Split the dataset into train, and test data. The split is stratified by allele so that the allele distributions of the train and test sets are approximately equal. The train_test_split also contains functionality of ensuring that epitopes and/or TCRs are held out from the training set to assess the generalization capacity of the model.

Args:

  • test_size (float): The proportion of the dataset to include in the test set.
  • balance_on_allele (bool): Whether to balance the train/test split on allele.
  • split_on (list): The column(s) to split on, ensures combinations of instances from these columns occur in both train and test.
    • ['Epitope'] ensures that no epitope is shared between train and test.
    • ['Epitope', 'Allele'] ensures that no epitope::allele combination is shared between train and test.
    • ['CDR3a', 'CDR3b'] ensures that no CDR3a::CDR3b combination is shared between train and test.
  • random_seed (int): The random seed to use for the train/test split.

Returns:

  • train_dataset (TCRpMHCdataset): The training dataset.
  • test_dataset (TCRpMHCdataset): The testing dataset.
def to_dict(self, stringify_input=False, stringify_output=True):

Return a de-dpuplicated dictionary representation of the parallel dataset.

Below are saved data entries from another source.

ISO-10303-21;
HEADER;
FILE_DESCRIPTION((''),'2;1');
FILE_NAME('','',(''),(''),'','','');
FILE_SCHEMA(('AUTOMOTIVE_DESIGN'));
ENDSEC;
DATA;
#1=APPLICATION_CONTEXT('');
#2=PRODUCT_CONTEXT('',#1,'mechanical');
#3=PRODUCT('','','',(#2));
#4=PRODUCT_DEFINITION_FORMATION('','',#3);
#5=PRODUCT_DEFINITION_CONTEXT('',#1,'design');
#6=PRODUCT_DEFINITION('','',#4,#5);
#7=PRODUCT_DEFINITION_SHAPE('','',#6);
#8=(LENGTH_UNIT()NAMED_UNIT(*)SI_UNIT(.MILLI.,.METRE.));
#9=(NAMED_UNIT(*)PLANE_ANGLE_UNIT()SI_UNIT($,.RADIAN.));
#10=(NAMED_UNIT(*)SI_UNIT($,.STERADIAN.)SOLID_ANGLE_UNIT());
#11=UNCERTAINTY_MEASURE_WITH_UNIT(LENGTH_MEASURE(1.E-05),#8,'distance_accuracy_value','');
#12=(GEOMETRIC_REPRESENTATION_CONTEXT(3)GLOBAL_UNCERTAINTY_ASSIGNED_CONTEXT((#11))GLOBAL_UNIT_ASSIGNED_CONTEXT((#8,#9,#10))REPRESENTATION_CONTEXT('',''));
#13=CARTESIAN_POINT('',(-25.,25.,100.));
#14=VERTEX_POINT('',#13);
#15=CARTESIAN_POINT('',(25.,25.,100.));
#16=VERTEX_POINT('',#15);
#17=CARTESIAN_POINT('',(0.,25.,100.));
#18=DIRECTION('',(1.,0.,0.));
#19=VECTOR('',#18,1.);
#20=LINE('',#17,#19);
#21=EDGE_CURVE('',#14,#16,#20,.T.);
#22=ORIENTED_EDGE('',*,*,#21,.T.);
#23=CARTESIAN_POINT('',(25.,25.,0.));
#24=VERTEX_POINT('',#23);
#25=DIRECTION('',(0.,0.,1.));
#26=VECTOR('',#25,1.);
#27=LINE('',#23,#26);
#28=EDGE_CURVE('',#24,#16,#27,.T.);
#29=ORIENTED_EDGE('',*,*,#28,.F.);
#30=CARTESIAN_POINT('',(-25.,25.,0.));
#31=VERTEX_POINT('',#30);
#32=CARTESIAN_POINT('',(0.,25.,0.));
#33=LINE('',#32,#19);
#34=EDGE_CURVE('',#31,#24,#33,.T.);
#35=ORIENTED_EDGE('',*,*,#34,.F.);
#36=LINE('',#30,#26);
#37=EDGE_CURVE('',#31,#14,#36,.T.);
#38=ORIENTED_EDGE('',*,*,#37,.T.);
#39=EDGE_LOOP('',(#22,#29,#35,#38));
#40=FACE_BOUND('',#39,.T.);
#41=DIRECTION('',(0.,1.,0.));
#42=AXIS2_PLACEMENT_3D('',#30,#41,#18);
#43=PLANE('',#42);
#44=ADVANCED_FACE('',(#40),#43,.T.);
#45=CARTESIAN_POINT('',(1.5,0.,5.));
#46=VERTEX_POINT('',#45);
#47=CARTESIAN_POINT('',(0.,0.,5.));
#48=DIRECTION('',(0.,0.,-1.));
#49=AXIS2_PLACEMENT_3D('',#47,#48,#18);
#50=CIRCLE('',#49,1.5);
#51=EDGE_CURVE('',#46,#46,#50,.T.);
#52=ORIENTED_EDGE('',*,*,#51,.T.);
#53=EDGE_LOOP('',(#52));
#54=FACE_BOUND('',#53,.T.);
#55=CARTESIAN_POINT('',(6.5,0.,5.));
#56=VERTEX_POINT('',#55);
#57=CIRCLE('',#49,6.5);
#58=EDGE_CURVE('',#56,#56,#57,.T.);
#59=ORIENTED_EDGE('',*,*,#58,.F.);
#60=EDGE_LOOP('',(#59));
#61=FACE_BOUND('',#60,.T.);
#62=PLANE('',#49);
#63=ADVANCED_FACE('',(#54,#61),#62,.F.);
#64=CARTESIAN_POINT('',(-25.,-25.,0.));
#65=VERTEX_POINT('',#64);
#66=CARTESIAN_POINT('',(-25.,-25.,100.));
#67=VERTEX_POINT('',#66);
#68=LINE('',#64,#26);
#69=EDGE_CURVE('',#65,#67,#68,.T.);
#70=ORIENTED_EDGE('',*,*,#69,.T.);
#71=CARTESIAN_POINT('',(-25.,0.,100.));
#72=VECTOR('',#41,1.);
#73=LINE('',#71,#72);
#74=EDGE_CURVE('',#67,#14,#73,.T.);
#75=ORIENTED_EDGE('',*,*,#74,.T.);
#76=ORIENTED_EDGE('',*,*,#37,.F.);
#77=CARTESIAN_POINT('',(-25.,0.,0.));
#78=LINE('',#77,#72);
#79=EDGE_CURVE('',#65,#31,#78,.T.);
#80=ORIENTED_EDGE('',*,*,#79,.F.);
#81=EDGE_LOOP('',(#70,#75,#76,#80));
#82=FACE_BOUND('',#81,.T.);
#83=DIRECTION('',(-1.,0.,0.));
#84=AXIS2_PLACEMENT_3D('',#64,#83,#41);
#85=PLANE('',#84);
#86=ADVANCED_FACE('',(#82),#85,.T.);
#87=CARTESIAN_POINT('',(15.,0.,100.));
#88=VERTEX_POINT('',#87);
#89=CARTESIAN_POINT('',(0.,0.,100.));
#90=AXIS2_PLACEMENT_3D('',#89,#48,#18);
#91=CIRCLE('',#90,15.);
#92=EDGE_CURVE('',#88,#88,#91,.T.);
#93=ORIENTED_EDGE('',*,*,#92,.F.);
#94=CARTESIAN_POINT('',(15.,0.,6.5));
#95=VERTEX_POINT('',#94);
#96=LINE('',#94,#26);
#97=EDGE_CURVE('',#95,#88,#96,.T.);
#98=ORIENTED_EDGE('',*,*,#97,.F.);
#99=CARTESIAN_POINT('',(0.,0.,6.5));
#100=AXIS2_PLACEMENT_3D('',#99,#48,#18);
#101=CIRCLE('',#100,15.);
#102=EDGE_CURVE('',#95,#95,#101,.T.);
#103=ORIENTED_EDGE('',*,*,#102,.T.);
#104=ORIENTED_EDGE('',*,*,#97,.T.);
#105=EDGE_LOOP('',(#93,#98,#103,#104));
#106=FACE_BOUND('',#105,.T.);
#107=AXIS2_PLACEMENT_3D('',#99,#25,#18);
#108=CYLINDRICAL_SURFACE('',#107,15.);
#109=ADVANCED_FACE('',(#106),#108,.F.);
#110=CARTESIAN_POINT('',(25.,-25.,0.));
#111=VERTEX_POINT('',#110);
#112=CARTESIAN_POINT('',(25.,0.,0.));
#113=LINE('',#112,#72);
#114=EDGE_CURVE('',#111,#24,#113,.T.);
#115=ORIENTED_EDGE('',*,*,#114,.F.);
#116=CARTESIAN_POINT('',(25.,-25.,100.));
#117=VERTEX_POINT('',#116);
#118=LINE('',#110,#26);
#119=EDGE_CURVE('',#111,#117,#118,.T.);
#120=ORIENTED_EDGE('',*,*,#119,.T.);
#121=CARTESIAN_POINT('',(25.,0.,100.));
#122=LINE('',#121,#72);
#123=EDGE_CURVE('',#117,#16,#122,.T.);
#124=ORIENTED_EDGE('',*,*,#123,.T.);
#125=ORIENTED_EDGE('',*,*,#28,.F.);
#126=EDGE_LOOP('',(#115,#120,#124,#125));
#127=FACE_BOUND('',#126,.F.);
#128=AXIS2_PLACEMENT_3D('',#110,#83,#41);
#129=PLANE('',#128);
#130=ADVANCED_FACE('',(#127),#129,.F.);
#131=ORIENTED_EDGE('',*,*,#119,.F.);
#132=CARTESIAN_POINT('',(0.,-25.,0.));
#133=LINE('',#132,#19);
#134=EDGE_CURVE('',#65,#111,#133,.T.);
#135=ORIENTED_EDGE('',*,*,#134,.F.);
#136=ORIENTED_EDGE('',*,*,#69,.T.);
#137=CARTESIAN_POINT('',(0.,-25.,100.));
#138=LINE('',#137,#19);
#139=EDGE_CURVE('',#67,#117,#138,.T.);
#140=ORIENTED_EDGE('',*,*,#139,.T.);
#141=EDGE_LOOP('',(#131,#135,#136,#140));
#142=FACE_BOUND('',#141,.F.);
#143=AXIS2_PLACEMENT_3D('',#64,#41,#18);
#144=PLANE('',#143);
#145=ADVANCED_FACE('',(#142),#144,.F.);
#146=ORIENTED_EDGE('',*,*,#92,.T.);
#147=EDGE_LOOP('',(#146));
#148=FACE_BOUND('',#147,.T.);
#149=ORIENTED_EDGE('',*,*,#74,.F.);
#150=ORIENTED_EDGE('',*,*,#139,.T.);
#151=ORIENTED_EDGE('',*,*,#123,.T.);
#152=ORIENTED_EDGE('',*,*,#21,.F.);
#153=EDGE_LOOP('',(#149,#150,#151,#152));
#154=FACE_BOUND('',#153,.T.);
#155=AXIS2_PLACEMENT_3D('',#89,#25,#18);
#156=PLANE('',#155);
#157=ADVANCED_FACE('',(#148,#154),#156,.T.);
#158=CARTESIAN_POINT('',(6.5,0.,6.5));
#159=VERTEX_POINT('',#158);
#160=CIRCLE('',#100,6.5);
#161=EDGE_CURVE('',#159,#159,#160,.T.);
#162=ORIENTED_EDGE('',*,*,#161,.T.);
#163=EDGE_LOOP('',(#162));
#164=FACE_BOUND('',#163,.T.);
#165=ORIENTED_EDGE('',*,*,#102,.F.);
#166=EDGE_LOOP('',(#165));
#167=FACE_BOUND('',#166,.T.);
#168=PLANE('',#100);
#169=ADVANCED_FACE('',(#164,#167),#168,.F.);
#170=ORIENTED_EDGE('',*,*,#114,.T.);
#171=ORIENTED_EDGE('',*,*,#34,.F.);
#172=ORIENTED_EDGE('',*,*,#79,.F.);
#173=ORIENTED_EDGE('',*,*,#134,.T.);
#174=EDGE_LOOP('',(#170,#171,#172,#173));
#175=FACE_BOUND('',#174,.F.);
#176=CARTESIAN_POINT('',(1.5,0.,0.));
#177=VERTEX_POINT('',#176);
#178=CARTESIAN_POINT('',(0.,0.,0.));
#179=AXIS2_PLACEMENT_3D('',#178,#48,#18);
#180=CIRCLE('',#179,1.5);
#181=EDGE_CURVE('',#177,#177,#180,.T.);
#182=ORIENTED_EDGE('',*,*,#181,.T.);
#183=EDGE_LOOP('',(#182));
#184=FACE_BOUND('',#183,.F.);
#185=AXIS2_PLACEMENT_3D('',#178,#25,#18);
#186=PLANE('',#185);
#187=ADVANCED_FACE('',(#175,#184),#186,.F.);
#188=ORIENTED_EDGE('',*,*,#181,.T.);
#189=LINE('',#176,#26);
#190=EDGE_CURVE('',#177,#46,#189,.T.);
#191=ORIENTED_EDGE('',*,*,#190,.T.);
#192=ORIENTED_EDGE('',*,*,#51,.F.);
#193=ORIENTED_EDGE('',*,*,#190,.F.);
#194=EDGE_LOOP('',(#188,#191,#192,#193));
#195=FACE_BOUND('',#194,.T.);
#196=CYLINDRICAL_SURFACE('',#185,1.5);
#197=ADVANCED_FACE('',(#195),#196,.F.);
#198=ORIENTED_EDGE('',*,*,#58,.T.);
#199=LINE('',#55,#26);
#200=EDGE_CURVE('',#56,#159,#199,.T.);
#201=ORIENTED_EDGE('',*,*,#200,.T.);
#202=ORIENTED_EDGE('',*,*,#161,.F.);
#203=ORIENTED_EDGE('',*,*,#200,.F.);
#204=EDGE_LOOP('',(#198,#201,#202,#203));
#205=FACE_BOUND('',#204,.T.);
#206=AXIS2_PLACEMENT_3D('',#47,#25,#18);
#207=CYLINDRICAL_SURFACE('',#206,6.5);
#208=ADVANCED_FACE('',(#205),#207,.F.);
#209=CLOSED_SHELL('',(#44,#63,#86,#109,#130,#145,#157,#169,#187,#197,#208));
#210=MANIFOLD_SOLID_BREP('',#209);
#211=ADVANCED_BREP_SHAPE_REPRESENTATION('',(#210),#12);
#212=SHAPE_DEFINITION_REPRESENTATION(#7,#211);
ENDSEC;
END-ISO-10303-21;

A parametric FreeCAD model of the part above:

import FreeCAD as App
import Part
import Sketcher

doc = App.newDocument("Part")
body = doc.addObject("PartDesign::Body", "Body")

sketch1 = doc.addObject("Sketcher::SketchObject", "Sketch")
body.addObject(sketch1)
sketch1.AttachmentSupport = (doc.XY_Plane, [""])
sketch1.MapMode = "FlatFace"
sketch1.addGeometry([
    Part.LineSegment(App.Vector(-25, 25, 0), App.Vector(-25, -25, 0)),
    Part.LineSegment(App.Vector(-25, -25, 0), App.Vector(25, -25, 0)),
    Part.LineSegment(App.Vector(25, -25, 0), App.Vector(25, 25, 0)),
    Part.LineSegment(App.Vector(25, 25, 0), App.Vector(-25, 25, 0)),
], False)
sketch1.addConstraint([
    Sketcher.Constraint("Coincident", 0, 2, 1, 1),
    Sketcher.Constraint("Coincident", 1, 2, 2, 1),
    Sketcher.Constraint("Coincident", 2, 2, 3, 1),
    Sketcher.Constraint("Coincident", 3, 2, 0, 1),
    Sketcher.Constraint("Vertical", 0),
    Sketcher.Constraint("Horizontal", 1),
    Sketcher.Constraint("Vertical", 2),
    Sketcher.Constraint("Horizontal", 3),
    Sketcher.Constraint("Symmetric", 0, 2, 2, 2, -1, 1),
    Sketcher.Constraint("Equal", 3, 0),
    Sketcher.Constraint("DistanceX", 1, 1, 1, 2, 50.0),
])
pad1 = doc.addObject("PartDesign::Pad", "Pad")
body.addObject(pad1)
pad1.Profile = sketch1
pad1.Length = 100

sketch2 = doc.addObject("Sketcher::SketchObject", "Sketch001")
body.addObject(sketch2)
sketch2.AttachmentSupport = (doc.XZ_Plane, [""])
sketch2.MapMode = "FlatFace"
sketch2.addGeometry([
    Part.LineSegment(App.Vector(0, 0, 0), App.Vector(1.5, 0, 0)),
    Part.LineSegment(App.Vector(1.5, 0, 0), App.Vector(1.5, 5, 0)),
    Part.LineSegment(App.Vector(1.5, 5, 0), App.Vector(6.5, 5, 0)),
    Part.LineSegment(App.Vector(6.5, 5, 0), App.Vector(6.5, 6.5, 0)),
    Part.LineSegment(App.Vector(6.5, 6.5, 0), App.Vector(15, 6.5, 0)),
    Part.LineSegment(App.Vector(15, 6.5, 0), App.Vector(15, 100, 0)),
    Part.LineSegment(App.Vector(15, 100, 0), App.Vector(0, 100, 0)),
    Part.LineSegment(App.Vector(0, 100, 0), App.Vector(0, 0, 0)),
], False)
sketch2.addConstraint([
    Sketcher.Constraint("Coincident", 0, 2, 1, 1),
    Sketcher.Constraint("Coincident", 1, 2, 2, 1),
    Sketcher.Constraint("Coincident", 2, 2, 3, 1),
    Sketcher.Constraint("Coincident", 3, 2, 4, 1),
    Sketcher.Constraint("Coincident", 4, 2, 5, 1),
    Sketcher.Constraint("Coincident", 5, 2, 6, 1),
    Sketcher.Constraint("Coincident", 6, 2, 7, 1),
    Sketcher.Constraint("Coincident", 7, 2, 0, 1),
    Sketcher.Constraint("Horizontal", 0),
    Sketcher.Constraint("Vertical", 1),
    Sketcher.Constraint("Horizontal", 2),
    Sketcher.Constraint("Vertical", 3),
    Sketcher.Constraint("Horizontal", 4),
    Sketcher.Constraint("Vertical", 5),
    Sketcher.Constraint("Horizontal", 6),
    Sketcher.Constraint("Vertical", 7),
    Sketcher.Constraint("Coincident", 7, 2, -1, 1),
    Sketcher.Constraint("Equal", 2, 1),
    Sketcher.Constraint("Equal", 0, 3),
    Sketcher.Constraint("DistanceX", 2, 1, 2, 2, 5.0),
    Sketcher.Constraint("DistanceX", 6, 2, 6, 1, 15.0),
    Sketcher.Constraint("DistanceY", 7, 2, 7, 1, 100.0),
    Sketcher.Constraint("DistanceX", 0, 1, 0, 2, 1.5),
])
groove = doc.addObject("PartDesign::Groove", "Groove")
body.addObject(groove)
groove.Profile = sketch2
groove.ReferenceAxis = (sketch2, ["V_Axis"])
groove.Angle = 360

doc.recompute()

Keys are the source objects or their string representations, with string representations having more condensing of the data (by merging collisions).

Args:

  • stringify_input (bool): Whether to convert the input to a string representation using __str__.
  • stringify_output (bool): Whether to convert the output to a string representation using __str__.

Raises:

  • None

Returns:

  • data_dict (dict): The dictionary representation of the dataset with k,v pairs of some combination of source, target and the repr function [{TCR: pMHC} repr(TCR):repr(pMHC)].
def to_df(self):

Return a dataframe representation of the dataset instance.

Args:

  • None

Returns:

  • df (pd.DataFrame): The dataframe representation of the dataset where each row is a unique TCR:pMHC pair and the reference is the
    concatenation of the list of references for that pair. Multiple references are separated by a semicolon.
def to_csv(self, path_to_csv):

Write the dataset to a csv file.

Args:

  • path_to_csv (str): The path to the csv file to write to.

Returns:

  • None: This function does not return anything.